Directions> In the records below, the line with "face PLANE(AX(P(0,67.579697,0),D(0,1,0),D(0,0,1))) [e7" opens the range and the line with "v17 (0,53.644353,-9.536905)" closes it; print that range exactly and nothing else.
★ ★ ★ ★ ★
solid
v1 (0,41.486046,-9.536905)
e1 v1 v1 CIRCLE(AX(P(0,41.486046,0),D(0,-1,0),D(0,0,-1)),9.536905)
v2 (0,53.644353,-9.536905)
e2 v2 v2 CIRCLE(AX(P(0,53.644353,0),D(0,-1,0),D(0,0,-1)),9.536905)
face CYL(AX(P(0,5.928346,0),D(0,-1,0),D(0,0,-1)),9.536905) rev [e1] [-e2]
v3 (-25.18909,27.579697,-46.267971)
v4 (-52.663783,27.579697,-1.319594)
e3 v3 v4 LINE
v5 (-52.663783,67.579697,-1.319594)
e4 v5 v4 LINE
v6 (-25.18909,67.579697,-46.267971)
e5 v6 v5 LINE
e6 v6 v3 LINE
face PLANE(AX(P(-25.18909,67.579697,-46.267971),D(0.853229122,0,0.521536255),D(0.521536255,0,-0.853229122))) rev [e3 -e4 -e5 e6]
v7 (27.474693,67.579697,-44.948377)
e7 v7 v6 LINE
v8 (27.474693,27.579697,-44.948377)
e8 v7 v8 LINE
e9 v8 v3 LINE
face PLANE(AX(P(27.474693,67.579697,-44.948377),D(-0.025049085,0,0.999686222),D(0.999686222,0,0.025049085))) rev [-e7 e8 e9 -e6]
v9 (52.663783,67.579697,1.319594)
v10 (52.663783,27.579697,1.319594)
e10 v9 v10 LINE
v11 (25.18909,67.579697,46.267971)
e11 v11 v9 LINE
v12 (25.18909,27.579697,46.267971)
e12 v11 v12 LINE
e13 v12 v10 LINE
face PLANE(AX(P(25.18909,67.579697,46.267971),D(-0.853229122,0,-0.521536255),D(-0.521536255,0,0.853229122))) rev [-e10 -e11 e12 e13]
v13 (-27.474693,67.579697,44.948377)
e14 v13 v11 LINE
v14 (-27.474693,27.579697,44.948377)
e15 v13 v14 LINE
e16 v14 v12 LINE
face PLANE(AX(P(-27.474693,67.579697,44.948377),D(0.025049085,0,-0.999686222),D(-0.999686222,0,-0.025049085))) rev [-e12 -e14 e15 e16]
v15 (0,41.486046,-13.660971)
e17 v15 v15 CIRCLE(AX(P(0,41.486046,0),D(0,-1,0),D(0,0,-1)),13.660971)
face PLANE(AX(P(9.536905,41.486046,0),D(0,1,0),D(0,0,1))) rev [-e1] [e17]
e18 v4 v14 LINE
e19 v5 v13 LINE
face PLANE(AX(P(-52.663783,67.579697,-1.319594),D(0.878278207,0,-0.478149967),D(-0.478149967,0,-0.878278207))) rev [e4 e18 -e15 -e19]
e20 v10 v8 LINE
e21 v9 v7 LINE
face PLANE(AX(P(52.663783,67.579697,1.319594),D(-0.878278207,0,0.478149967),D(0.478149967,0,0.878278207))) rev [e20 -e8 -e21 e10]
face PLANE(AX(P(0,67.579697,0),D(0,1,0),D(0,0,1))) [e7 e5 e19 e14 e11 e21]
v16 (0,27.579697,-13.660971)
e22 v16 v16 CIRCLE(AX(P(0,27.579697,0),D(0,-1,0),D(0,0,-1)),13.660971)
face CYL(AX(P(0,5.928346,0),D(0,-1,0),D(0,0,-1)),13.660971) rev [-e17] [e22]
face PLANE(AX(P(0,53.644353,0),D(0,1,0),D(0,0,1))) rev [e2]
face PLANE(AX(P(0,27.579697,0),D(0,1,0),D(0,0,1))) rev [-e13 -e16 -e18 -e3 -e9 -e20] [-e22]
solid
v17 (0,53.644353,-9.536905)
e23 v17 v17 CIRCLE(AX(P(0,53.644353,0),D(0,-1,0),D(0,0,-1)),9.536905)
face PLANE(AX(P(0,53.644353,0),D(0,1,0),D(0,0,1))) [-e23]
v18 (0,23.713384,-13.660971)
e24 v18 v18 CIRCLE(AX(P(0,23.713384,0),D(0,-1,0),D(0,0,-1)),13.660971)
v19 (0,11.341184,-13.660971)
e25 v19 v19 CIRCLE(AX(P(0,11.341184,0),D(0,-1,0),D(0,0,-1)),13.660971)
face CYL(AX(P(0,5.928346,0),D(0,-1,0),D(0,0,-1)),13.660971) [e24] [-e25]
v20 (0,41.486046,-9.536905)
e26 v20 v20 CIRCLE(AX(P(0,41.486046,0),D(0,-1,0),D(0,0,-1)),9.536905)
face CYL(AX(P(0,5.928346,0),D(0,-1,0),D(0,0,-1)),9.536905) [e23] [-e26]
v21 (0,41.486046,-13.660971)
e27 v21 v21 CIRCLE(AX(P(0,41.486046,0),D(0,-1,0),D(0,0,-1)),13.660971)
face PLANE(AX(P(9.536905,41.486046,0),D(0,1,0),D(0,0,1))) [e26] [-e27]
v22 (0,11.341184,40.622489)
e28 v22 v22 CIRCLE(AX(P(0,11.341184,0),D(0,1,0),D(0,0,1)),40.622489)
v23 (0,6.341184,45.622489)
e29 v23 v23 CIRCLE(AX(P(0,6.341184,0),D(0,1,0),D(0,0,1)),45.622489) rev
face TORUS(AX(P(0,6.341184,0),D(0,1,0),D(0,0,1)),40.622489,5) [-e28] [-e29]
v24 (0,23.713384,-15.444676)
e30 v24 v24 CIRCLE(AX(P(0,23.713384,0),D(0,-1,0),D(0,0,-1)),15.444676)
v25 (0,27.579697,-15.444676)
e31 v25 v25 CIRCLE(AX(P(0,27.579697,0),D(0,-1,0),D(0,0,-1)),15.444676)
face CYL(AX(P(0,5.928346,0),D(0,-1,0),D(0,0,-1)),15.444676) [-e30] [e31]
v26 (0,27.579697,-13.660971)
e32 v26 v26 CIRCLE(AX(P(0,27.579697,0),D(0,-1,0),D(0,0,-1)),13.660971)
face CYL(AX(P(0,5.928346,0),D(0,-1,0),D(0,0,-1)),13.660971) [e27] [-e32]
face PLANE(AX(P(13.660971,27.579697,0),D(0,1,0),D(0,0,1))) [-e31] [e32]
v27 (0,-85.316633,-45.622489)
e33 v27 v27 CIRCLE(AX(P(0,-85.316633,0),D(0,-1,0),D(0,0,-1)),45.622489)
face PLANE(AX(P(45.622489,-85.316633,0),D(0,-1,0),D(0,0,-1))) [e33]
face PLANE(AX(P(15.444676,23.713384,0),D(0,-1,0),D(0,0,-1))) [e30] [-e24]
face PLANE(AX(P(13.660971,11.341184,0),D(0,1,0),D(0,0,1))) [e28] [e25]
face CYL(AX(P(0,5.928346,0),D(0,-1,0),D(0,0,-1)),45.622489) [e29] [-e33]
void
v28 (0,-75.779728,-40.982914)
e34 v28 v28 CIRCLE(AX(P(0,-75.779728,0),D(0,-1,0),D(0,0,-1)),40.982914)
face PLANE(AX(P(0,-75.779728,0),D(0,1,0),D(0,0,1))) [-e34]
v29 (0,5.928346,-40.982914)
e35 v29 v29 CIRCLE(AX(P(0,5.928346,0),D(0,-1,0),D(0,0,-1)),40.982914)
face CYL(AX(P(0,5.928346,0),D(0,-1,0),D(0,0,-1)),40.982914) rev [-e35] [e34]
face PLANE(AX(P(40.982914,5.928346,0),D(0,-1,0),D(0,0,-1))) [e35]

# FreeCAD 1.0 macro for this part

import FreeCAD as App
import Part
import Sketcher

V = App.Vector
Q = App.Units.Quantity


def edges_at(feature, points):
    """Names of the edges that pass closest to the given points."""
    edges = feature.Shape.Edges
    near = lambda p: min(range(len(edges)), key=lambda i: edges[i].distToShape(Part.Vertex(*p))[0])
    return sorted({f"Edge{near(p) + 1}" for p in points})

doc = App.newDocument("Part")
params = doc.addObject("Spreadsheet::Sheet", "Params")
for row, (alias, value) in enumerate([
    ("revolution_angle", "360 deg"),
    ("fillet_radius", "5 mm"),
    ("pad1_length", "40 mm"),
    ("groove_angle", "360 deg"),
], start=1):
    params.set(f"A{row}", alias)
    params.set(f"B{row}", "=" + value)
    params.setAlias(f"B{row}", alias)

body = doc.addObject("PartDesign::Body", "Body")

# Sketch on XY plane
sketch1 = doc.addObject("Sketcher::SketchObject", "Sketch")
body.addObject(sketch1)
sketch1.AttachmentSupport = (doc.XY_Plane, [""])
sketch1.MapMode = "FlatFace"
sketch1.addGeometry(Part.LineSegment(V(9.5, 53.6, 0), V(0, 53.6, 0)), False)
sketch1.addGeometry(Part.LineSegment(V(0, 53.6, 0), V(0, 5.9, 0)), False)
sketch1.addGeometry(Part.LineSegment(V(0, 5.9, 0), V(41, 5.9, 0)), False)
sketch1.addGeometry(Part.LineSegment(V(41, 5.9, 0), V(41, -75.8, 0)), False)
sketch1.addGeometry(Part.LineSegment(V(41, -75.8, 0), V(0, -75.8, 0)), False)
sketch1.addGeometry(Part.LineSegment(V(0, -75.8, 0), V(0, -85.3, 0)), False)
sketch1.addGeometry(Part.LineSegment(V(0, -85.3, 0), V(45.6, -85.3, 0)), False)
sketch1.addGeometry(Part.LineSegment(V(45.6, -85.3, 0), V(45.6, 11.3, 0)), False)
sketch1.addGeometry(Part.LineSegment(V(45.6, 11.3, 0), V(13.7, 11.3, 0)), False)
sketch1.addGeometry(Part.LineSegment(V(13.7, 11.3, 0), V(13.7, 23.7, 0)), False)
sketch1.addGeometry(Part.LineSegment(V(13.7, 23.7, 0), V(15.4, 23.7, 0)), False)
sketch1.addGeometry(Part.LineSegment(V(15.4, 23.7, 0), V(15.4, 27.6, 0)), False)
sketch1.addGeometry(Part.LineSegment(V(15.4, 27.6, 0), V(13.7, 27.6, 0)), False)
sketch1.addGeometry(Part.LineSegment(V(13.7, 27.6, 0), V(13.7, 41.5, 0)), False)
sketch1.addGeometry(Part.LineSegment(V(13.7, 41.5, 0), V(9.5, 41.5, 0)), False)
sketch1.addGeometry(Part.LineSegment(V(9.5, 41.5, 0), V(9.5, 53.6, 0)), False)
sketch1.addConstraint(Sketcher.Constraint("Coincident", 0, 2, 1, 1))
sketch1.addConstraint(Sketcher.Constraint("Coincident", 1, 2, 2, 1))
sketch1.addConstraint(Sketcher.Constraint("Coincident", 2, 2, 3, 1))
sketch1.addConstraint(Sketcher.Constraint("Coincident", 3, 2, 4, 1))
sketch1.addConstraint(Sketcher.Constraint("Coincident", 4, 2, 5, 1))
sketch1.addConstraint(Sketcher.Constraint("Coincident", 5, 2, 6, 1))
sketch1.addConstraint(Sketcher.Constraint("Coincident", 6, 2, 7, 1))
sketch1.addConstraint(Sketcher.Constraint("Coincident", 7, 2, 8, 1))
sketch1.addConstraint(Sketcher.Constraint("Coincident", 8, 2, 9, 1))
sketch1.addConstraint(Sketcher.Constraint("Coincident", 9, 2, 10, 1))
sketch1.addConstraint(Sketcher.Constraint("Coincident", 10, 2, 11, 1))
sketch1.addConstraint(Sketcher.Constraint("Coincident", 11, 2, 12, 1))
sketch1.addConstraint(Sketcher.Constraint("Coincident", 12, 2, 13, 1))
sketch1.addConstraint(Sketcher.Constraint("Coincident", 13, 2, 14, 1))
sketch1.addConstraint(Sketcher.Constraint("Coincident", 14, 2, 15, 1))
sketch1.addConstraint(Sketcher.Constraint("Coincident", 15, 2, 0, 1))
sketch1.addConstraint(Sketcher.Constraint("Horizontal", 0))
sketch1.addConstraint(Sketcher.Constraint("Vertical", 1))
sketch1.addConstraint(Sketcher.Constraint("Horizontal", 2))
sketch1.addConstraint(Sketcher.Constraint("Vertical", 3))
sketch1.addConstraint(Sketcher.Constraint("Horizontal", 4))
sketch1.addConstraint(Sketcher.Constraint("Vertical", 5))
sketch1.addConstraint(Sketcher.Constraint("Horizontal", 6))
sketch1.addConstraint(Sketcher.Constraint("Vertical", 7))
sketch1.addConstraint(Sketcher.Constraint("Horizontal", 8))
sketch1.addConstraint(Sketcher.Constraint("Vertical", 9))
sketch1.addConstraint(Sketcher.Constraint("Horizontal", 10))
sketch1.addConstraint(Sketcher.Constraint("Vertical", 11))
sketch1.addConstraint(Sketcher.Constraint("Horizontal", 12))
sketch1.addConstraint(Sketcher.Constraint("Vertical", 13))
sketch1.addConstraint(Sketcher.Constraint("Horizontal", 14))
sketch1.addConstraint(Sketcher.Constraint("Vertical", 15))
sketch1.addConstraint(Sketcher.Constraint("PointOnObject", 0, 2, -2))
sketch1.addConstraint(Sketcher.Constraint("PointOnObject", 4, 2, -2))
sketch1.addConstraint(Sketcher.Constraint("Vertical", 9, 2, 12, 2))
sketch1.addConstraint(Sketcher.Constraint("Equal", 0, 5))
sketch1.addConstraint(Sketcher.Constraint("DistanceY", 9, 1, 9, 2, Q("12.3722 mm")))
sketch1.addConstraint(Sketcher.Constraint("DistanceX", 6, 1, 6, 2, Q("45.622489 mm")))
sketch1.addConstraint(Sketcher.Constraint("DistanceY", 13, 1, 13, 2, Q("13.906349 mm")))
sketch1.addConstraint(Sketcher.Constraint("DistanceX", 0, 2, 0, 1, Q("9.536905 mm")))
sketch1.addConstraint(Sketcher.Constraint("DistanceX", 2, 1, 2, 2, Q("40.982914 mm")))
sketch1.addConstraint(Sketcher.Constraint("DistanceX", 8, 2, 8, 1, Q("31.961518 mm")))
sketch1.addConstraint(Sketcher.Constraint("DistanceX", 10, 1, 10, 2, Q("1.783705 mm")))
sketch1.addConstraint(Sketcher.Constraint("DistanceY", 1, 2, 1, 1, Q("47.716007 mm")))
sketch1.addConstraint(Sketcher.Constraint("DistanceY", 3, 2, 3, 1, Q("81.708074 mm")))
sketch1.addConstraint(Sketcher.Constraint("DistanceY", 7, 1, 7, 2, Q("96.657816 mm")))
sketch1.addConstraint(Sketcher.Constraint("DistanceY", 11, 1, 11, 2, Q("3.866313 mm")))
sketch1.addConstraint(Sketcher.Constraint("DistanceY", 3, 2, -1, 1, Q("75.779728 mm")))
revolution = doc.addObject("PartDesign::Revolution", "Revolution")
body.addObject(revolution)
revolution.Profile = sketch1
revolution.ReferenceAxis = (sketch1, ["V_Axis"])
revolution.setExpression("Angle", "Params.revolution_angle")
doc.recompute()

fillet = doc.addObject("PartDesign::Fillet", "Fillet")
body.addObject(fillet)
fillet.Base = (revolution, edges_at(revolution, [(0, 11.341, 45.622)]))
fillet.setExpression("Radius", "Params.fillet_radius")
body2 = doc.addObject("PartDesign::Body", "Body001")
★ ★ ★ ★ ★
Task solution>
face PLANE(AX(P(0,67.579697,0),D(0,1,0),D(0,0,1))) [e7 e5 e19 e14 e11 e21]
v16 (0,27.579697,-13.660971)
e22 v16 v16 CIRCLE(AX(P(0,27.579697,0),D(0,-1,0),D(0,0,-1)),13.660971)
face CYL(AX(P(0,5.928346,0),D(0,-1,0),D(0,0,-1)),13.660971) rev [-e17] [e22]
face PLANE(AX(P(0,53.644353,0),D(0,1,0),D(0,0,1))) rev [e2]
face PLANE(AX(P(0,27.579697,0),D(0,1,0),D(0,0,1))) rev [-e13 -e16 -e18 -e3 -e9 -e20] [-e22]
solid
v17 (0,53.644353,-9.536905)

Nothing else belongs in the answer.